----- Data provided -----

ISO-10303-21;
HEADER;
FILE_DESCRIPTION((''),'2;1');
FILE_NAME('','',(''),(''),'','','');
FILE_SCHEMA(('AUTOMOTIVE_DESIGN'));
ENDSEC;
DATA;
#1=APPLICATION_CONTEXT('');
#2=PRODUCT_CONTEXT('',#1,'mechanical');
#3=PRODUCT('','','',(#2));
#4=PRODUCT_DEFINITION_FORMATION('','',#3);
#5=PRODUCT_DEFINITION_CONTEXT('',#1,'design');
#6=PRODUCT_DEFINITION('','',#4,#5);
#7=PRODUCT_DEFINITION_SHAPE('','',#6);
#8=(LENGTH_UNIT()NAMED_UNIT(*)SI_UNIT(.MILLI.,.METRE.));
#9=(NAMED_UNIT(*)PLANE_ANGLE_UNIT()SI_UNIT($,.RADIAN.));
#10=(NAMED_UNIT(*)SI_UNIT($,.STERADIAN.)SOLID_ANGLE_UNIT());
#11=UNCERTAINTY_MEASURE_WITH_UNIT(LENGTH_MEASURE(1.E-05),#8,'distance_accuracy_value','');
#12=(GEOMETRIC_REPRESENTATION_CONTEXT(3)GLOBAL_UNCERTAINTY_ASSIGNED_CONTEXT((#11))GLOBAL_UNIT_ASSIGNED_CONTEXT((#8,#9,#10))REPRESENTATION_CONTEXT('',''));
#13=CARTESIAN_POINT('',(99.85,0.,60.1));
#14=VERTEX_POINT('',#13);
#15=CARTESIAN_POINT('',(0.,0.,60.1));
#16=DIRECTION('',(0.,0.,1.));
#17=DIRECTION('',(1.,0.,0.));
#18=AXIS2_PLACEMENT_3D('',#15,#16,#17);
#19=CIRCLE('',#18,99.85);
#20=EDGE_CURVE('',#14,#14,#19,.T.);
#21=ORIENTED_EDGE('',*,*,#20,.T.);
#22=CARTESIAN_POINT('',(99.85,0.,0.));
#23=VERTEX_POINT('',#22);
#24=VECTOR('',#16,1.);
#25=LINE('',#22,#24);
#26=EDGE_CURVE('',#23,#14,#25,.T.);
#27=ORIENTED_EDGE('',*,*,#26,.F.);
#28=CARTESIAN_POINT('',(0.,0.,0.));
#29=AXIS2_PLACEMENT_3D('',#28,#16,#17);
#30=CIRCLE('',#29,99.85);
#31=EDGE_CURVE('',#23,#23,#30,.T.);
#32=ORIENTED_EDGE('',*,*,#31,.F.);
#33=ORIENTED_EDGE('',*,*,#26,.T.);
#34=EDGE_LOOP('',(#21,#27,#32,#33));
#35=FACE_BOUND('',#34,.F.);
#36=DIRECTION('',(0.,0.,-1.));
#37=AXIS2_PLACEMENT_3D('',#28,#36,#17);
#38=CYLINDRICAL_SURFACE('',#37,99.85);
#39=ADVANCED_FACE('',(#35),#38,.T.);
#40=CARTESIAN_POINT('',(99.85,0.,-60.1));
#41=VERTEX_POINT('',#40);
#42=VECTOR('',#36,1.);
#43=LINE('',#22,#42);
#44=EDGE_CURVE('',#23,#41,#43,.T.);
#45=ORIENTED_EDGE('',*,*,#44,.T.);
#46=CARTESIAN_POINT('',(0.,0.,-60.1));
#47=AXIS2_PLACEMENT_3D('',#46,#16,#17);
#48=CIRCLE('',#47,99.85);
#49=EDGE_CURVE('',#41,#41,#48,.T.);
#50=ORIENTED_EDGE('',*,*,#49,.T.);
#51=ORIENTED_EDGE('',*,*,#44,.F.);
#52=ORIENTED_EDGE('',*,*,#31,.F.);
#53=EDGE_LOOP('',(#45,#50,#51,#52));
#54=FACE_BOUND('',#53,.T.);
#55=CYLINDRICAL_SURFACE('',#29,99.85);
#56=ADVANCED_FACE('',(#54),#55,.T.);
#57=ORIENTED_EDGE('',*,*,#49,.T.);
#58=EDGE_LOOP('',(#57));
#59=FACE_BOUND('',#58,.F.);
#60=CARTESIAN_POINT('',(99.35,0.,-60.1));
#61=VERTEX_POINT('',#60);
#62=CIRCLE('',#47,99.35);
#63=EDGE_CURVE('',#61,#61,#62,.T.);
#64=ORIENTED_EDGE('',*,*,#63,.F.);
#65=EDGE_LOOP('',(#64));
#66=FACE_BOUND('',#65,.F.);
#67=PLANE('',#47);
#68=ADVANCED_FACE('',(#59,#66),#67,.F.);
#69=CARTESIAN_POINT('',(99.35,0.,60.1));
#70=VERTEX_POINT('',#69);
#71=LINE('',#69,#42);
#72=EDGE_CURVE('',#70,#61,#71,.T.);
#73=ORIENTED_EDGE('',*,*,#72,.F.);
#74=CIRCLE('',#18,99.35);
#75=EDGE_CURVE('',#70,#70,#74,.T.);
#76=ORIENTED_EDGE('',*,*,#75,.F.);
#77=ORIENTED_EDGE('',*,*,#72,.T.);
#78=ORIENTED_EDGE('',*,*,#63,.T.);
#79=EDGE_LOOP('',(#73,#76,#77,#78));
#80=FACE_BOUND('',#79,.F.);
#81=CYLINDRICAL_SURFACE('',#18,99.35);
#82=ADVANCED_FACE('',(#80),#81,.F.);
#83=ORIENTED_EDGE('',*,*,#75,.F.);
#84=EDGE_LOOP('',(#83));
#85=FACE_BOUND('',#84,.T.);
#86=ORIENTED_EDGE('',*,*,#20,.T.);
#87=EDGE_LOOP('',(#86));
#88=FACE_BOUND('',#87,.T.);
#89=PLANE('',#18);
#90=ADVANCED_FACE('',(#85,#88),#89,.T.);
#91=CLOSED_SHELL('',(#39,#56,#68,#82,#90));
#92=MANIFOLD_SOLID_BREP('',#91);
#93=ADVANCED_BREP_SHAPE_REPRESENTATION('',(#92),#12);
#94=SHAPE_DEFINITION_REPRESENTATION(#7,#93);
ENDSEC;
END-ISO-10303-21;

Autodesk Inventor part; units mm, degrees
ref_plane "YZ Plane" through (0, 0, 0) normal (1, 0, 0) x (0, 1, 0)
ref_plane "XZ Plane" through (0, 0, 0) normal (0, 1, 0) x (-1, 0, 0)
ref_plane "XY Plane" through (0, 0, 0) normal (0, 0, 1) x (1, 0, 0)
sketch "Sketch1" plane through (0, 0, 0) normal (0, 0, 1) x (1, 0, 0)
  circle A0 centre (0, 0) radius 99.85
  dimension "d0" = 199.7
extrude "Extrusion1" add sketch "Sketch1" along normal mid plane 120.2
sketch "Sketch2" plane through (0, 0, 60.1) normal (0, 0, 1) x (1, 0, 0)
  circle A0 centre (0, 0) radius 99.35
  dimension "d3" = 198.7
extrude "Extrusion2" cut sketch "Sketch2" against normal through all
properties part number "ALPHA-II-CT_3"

-----

## Task requirements
Out of the data above, set down the lines from the one with "#63=EDGE_CURVE('',#61,#61,#62,.T.);" to the one with "#74=CIRCLE('',#18,99.35);", both included, exactly as written and with no additions.

## Solution below
#63=EDGE_CURVE('',#61,#61,#62,.T.);
#64=ORIENTED_EDGE('',*,*,#63,.F.);
#65=EDGE_LOOP('',(#64));
#66=FACE_BOUND('',#65,.F.);
#67=PLANE('',#47);
#68=ADVANCED_FACE('',(#59,#66),#67,.F.);
#69=CARTESIAN_POINT('',(99.35,0.,60.1));
#70=VERTEX_POINT('',#69);
#71=LINE('',#69,#42);
#72=EDGE_CURVE('',#70,#61,#71,.T.);
#73=ORIENTED_EDGE('',*,*,#72,.F.);
#74=CIRCLE('',#18,99.35);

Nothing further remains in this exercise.